*DESCRIPTION OF THE TASK*:
Take the entries below and print, exactly, the stretch from the line containing "v -12.581 -12.581 24.707" through the line containing "v 4.184 -11.779 9.975", both included.

Content starts

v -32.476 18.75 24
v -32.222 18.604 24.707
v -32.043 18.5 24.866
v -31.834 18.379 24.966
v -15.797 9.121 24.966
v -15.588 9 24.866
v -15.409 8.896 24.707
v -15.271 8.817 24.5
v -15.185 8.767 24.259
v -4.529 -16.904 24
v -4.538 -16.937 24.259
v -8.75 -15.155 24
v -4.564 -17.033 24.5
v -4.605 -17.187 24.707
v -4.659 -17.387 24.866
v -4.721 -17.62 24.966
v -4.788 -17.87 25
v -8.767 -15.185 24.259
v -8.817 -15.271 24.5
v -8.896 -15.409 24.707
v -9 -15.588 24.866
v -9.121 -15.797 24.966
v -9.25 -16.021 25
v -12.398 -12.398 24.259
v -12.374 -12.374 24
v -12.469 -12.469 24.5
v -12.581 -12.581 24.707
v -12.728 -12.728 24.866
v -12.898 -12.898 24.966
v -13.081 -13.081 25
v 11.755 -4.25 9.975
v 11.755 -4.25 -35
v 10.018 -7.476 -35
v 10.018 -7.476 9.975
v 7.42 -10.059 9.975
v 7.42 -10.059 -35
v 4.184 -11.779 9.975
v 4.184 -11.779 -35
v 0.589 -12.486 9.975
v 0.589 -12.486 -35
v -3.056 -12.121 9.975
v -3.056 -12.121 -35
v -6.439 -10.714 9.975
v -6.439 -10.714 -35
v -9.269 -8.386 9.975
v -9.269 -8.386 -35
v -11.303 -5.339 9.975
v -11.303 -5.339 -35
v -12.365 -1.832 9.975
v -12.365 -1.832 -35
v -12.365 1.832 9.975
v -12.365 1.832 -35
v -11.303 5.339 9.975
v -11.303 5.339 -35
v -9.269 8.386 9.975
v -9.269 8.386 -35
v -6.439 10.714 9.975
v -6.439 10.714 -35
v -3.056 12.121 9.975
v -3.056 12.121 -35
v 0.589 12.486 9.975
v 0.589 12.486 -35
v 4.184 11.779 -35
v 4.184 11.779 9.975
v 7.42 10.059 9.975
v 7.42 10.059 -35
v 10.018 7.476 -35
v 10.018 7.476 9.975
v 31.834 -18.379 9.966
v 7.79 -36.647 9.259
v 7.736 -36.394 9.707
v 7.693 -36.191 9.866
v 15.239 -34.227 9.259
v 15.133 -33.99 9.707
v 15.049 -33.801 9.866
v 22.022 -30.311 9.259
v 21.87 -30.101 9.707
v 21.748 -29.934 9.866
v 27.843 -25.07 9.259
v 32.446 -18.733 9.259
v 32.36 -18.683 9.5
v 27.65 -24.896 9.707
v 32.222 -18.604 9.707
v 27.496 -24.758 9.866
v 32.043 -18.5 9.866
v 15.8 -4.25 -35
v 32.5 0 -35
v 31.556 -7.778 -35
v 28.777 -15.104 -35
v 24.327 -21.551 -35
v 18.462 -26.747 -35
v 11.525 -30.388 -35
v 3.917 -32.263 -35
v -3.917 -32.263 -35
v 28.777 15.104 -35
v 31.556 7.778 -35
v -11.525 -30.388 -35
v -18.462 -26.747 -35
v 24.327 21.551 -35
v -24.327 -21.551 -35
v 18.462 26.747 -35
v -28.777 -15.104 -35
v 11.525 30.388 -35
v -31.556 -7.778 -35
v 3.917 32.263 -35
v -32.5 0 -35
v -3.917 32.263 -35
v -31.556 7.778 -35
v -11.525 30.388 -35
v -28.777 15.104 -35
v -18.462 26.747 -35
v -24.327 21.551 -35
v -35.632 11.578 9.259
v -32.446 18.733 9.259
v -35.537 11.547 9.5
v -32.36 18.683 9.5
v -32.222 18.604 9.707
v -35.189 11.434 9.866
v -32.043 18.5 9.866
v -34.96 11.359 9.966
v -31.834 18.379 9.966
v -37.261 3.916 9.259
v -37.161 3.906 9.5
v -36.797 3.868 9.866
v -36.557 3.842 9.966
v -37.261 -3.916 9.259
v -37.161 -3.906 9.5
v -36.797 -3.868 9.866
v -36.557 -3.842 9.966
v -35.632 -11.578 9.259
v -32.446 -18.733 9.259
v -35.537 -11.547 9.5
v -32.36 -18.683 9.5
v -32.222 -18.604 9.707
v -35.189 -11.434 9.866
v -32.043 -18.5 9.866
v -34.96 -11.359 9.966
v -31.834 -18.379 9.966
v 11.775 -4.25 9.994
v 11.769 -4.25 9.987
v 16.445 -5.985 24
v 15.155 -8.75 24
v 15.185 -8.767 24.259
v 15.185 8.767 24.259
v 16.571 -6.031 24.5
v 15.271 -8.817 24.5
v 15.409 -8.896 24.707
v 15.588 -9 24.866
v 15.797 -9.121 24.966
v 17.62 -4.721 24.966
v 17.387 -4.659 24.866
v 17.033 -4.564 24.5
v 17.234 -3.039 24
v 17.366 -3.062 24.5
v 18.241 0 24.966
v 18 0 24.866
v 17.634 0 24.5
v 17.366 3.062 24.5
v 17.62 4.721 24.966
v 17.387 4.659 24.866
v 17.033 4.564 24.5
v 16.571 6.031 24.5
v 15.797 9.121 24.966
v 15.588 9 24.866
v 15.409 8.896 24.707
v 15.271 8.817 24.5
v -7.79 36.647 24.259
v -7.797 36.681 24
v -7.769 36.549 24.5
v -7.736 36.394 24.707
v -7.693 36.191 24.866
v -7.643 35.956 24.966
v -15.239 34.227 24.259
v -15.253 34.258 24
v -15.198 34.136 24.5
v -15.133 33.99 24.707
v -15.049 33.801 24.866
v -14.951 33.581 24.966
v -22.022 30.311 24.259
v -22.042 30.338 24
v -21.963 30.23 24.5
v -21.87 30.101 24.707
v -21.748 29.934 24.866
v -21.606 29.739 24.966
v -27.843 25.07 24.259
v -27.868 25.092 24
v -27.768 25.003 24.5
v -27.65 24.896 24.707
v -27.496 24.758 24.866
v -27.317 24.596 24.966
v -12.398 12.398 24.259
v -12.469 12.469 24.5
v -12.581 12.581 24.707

Content ends
Content starts

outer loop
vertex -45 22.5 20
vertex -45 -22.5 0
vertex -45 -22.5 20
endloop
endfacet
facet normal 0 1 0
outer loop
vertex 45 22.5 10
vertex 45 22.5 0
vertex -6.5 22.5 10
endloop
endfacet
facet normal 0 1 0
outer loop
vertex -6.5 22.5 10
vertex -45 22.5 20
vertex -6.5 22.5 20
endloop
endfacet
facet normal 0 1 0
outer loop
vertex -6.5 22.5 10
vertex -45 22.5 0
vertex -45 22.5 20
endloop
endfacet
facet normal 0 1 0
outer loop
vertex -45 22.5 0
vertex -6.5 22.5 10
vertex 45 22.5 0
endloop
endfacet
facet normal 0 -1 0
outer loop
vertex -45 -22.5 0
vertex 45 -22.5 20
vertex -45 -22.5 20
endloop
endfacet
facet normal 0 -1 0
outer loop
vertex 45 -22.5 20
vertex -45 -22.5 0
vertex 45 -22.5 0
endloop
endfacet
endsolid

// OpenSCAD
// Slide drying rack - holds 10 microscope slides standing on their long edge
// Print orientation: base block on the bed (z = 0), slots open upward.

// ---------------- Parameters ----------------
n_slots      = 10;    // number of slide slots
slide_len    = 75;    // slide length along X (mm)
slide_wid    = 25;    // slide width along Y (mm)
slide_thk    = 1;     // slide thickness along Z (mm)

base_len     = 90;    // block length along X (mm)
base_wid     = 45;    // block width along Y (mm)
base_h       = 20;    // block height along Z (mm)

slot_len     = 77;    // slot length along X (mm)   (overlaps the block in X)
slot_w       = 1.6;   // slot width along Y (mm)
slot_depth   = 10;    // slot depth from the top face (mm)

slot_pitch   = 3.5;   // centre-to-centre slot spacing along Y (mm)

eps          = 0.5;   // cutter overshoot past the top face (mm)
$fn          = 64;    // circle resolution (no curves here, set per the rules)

Content ends
Content starts

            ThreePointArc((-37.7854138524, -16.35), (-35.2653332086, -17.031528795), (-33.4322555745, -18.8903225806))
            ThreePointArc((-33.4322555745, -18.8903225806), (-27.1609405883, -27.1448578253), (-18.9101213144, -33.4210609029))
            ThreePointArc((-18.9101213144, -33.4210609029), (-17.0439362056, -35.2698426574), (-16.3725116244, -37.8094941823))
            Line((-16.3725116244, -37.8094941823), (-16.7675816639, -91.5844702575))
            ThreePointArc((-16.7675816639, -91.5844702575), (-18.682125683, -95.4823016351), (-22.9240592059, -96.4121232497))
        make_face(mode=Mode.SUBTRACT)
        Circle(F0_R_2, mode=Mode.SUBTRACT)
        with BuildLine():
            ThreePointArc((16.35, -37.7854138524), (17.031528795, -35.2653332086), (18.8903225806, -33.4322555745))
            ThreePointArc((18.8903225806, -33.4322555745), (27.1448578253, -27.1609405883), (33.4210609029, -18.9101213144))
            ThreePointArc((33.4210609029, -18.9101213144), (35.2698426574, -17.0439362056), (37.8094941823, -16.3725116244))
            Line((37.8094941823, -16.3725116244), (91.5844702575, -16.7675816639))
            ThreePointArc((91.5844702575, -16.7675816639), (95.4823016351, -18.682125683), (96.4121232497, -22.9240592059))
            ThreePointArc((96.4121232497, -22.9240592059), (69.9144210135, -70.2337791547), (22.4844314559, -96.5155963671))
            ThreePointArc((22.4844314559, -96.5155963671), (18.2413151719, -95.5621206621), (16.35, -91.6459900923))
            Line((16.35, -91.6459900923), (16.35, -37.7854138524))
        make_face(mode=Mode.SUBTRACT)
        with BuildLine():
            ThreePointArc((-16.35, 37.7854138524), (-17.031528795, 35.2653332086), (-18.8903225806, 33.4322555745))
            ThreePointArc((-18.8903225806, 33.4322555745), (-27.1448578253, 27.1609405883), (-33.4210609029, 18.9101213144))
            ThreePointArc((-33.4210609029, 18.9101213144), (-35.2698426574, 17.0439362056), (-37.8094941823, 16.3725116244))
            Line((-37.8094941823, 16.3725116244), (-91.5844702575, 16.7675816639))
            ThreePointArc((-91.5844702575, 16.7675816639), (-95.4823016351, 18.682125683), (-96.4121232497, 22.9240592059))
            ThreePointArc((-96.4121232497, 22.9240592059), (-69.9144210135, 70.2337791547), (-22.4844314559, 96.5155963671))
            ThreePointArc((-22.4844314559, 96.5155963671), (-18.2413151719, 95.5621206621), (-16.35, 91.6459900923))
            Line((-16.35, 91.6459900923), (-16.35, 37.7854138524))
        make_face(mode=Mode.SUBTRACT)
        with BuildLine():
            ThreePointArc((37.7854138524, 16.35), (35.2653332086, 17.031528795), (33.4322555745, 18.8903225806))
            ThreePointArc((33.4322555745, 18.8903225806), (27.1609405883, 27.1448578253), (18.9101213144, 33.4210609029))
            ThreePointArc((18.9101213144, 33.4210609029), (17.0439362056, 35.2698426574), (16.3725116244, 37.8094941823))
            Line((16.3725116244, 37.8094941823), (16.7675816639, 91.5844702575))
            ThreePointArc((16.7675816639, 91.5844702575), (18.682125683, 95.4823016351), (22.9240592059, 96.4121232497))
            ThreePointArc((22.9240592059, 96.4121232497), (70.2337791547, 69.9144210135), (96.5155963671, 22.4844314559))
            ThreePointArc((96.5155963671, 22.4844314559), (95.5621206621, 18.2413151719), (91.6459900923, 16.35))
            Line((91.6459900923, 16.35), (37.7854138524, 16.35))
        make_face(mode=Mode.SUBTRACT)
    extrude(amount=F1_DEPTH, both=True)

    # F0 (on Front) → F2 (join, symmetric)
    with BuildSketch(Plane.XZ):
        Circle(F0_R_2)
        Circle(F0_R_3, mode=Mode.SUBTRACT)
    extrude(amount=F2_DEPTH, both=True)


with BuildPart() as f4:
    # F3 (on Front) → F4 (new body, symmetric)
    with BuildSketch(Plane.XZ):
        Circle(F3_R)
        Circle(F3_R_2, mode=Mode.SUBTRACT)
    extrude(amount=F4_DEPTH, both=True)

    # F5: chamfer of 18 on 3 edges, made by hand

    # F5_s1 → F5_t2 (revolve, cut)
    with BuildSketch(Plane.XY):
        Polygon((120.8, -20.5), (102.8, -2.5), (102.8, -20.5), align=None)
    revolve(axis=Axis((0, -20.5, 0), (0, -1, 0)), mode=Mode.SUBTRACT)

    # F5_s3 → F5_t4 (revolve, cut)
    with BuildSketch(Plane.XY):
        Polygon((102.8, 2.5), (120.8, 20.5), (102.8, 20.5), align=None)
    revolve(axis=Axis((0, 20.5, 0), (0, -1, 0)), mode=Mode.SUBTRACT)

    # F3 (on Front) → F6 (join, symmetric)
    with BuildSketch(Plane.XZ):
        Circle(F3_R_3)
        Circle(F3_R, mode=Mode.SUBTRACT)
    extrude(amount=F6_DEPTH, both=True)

Content ends

*PROBLEM SOLUTION*:
v -12.581 -12.581 24.707
v -12.728 -12.728 24.866
v -12.898 -12.898 24.966
v -13.081 -13.081 25
v 11.755 -4.25 9.975
v 11.755 -4.25 -35
v 10.018 -7.476 -35
v 10.018 -7.476 9.975
v 7.42 -10.059 9.975
v 7.42 -10.059 -35
v 4.184 -11.779 9.975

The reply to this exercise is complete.